[WHAT IS EXPECTED] The data below holds a line containing "Line((1.822509, -11.360277), (0, -11.505539))" and a line containing "62.953493), (15.875, 63.5))"; please quote exactly those two lines and every line between them, and nothing else.

[INPUT RECORDS]
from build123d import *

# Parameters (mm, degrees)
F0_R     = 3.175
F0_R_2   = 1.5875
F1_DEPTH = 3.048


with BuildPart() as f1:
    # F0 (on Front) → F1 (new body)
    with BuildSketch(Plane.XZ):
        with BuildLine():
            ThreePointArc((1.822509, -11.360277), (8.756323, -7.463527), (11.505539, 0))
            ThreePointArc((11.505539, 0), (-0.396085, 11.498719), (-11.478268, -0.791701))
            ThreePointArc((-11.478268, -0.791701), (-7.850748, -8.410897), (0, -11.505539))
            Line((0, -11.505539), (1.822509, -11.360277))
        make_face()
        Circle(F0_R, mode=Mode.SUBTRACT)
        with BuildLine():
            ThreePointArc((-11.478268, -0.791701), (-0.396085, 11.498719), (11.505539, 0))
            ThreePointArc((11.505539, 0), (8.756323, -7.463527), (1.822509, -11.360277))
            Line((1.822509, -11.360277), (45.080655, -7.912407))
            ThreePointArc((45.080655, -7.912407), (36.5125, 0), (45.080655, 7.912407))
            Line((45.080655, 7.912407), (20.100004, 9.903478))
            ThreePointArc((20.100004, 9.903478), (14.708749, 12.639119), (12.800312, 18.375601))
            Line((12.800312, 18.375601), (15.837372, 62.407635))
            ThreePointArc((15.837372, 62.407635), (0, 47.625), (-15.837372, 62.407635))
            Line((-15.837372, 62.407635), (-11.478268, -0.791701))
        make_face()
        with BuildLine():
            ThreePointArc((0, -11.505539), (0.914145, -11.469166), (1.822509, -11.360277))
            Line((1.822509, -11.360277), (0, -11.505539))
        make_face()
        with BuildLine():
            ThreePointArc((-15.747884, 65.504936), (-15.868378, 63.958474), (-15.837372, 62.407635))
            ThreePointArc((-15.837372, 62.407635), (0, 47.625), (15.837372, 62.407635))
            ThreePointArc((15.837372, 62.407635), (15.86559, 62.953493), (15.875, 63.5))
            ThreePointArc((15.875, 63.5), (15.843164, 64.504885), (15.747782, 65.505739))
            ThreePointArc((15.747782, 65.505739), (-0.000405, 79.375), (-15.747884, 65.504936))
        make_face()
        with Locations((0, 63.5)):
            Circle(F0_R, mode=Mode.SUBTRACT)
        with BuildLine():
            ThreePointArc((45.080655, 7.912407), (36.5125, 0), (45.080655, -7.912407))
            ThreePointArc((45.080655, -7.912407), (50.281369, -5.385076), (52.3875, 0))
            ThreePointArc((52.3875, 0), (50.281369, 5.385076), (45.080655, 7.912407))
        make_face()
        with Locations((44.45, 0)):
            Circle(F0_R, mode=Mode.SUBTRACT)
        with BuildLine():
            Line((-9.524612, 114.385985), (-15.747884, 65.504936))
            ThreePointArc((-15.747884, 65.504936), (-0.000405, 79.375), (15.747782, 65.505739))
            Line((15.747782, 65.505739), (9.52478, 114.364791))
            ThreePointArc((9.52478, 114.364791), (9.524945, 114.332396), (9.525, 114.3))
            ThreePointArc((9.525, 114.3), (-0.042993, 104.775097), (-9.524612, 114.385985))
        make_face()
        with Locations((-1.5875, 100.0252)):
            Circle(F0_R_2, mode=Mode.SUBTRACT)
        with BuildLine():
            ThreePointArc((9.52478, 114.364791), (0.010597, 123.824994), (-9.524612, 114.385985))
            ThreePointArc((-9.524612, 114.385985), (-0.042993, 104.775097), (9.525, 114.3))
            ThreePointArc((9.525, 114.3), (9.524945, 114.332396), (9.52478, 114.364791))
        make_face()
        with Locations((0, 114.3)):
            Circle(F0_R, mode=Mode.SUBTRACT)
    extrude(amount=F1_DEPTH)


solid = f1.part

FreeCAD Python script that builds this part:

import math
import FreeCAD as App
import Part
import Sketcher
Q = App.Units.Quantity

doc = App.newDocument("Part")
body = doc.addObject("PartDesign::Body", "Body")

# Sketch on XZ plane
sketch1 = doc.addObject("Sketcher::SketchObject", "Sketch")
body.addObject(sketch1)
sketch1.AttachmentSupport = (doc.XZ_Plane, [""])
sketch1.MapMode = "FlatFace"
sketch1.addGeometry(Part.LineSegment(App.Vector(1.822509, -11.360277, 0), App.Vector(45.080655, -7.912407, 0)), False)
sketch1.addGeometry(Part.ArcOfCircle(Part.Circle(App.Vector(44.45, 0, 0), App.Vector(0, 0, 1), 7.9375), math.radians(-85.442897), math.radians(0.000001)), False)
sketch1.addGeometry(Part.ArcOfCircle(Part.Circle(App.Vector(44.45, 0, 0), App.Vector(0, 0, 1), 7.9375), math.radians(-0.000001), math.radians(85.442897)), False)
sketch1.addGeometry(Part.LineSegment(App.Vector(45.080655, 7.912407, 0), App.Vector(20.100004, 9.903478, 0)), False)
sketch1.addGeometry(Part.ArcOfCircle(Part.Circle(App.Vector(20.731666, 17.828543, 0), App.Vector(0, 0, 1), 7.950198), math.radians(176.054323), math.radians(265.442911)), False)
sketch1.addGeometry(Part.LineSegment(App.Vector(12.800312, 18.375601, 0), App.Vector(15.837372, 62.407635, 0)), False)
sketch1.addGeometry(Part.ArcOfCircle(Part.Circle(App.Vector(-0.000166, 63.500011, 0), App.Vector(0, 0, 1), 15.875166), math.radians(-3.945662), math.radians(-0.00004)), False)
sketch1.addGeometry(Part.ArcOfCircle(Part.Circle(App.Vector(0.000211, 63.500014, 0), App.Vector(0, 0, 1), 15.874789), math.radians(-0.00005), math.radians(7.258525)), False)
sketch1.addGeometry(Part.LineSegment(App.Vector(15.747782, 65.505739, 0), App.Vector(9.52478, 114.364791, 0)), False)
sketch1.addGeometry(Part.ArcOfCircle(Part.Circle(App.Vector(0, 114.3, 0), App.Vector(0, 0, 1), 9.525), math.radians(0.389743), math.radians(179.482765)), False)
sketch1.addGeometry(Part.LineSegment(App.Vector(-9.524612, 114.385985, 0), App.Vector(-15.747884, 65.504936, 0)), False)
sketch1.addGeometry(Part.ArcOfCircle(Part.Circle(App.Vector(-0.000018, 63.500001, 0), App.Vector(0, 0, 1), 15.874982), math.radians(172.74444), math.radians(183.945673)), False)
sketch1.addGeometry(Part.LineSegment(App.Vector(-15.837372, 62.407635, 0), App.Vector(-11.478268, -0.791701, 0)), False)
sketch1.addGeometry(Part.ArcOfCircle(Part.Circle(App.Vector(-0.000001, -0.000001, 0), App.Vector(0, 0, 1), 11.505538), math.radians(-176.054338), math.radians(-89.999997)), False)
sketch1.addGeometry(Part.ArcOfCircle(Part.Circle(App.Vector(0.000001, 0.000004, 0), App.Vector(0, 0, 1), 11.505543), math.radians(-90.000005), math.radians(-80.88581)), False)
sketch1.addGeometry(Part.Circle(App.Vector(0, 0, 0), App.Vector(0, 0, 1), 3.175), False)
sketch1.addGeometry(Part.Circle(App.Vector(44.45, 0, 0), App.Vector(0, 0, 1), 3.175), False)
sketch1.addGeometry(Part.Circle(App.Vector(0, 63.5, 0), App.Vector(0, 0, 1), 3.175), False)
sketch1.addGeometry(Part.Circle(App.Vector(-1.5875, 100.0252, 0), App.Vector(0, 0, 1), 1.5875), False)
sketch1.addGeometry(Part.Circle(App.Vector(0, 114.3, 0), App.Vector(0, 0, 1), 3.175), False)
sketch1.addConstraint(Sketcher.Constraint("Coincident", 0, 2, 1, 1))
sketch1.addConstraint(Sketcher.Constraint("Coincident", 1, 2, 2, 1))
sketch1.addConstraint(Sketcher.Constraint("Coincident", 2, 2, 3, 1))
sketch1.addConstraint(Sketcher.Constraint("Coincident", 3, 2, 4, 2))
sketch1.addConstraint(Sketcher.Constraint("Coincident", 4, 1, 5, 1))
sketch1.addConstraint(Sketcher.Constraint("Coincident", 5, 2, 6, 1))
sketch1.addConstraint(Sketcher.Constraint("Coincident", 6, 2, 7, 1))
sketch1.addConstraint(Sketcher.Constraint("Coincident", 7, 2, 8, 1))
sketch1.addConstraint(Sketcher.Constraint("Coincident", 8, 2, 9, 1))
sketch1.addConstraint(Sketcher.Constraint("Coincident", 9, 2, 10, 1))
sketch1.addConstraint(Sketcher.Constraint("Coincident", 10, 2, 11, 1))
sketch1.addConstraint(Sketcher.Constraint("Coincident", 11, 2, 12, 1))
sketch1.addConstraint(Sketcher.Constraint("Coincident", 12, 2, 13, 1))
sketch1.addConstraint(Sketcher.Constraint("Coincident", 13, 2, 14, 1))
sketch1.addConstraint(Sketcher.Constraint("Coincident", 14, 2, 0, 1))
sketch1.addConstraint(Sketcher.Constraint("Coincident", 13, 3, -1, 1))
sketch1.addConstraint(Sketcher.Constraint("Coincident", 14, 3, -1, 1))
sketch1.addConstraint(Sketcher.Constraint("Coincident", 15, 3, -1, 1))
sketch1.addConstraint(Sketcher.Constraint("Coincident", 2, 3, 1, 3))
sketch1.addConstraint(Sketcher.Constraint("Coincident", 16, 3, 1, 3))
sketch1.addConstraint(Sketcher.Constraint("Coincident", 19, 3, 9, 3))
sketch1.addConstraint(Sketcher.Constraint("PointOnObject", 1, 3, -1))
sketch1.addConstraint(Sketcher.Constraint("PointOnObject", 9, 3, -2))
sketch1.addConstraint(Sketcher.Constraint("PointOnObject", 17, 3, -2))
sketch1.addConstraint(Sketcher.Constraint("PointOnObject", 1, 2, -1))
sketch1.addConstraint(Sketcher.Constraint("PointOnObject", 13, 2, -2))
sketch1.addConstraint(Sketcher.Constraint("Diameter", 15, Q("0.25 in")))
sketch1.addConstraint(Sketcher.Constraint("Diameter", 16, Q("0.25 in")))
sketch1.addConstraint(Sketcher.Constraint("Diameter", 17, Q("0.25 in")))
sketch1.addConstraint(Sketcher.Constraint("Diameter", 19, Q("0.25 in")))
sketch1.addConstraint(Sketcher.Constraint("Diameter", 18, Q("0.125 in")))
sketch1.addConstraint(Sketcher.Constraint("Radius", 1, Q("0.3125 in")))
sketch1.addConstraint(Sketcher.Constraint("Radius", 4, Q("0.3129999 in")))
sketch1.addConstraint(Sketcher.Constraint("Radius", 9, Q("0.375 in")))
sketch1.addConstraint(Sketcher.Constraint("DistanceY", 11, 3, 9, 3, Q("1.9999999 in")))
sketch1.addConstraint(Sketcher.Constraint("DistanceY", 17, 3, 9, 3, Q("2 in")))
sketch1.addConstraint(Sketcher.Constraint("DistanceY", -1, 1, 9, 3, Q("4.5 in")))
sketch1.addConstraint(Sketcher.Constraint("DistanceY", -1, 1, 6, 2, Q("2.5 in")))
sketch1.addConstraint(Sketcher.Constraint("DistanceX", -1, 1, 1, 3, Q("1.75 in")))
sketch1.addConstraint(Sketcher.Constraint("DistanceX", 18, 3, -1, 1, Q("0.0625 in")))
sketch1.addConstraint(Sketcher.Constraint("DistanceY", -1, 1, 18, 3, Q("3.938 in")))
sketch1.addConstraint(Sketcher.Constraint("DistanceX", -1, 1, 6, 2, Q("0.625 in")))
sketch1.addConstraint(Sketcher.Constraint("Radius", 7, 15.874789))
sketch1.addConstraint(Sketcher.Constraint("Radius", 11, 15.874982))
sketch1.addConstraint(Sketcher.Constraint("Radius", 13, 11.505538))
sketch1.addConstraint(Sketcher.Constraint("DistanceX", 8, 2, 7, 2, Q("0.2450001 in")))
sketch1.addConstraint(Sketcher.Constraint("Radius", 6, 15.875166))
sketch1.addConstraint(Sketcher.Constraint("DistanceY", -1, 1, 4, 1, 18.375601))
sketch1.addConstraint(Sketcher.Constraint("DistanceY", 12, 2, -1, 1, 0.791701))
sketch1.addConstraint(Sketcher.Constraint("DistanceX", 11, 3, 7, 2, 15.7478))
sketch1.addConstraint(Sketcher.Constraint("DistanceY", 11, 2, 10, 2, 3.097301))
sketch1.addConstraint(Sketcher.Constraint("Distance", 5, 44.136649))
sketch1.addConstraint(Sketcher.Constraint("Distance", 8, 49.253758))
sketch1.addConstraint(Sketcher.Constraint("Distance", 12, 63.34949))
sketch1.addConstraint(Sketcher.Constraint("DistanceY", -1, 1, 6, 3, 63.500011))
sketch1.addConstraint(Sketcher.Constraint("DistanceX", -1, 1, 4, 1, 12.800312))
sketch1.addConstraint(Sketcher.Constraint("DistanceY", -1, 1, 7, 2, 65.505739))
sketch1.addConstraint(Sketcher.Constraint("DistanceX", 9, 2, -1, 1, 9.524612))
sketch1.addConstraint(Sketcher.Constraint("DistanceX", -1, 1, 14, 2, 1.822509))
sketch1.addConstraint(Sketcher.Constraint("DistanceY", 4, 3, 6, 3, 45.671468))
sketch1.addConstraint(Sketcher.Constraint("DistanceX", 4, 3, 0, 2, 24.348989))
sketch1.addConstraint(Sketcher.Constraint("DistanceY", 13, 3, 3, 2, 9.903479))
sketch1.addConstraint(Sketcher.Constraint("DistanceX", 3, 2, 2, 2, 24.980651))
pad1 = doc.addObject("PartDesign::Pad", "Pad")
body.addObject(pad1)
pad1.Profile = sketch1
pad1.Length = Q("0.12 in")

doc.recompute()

[RESPONSE BOX]
            Line((1.822509, -11.360277), (0, -11.505539))
        make_face()
        with BuildLine():
            ThreePointArc((-15.747884, 65.504936), (-15.868378, 63.958474), (-15.837372, 62.407635))
            ThreePointArc((-15.837372, 62.407635), (0, 47.625), (15.837372, 62.407635))
            ThreePointArc((15.837372, 62.407635), (15.86559, 62.953493), (15.875, 63.5))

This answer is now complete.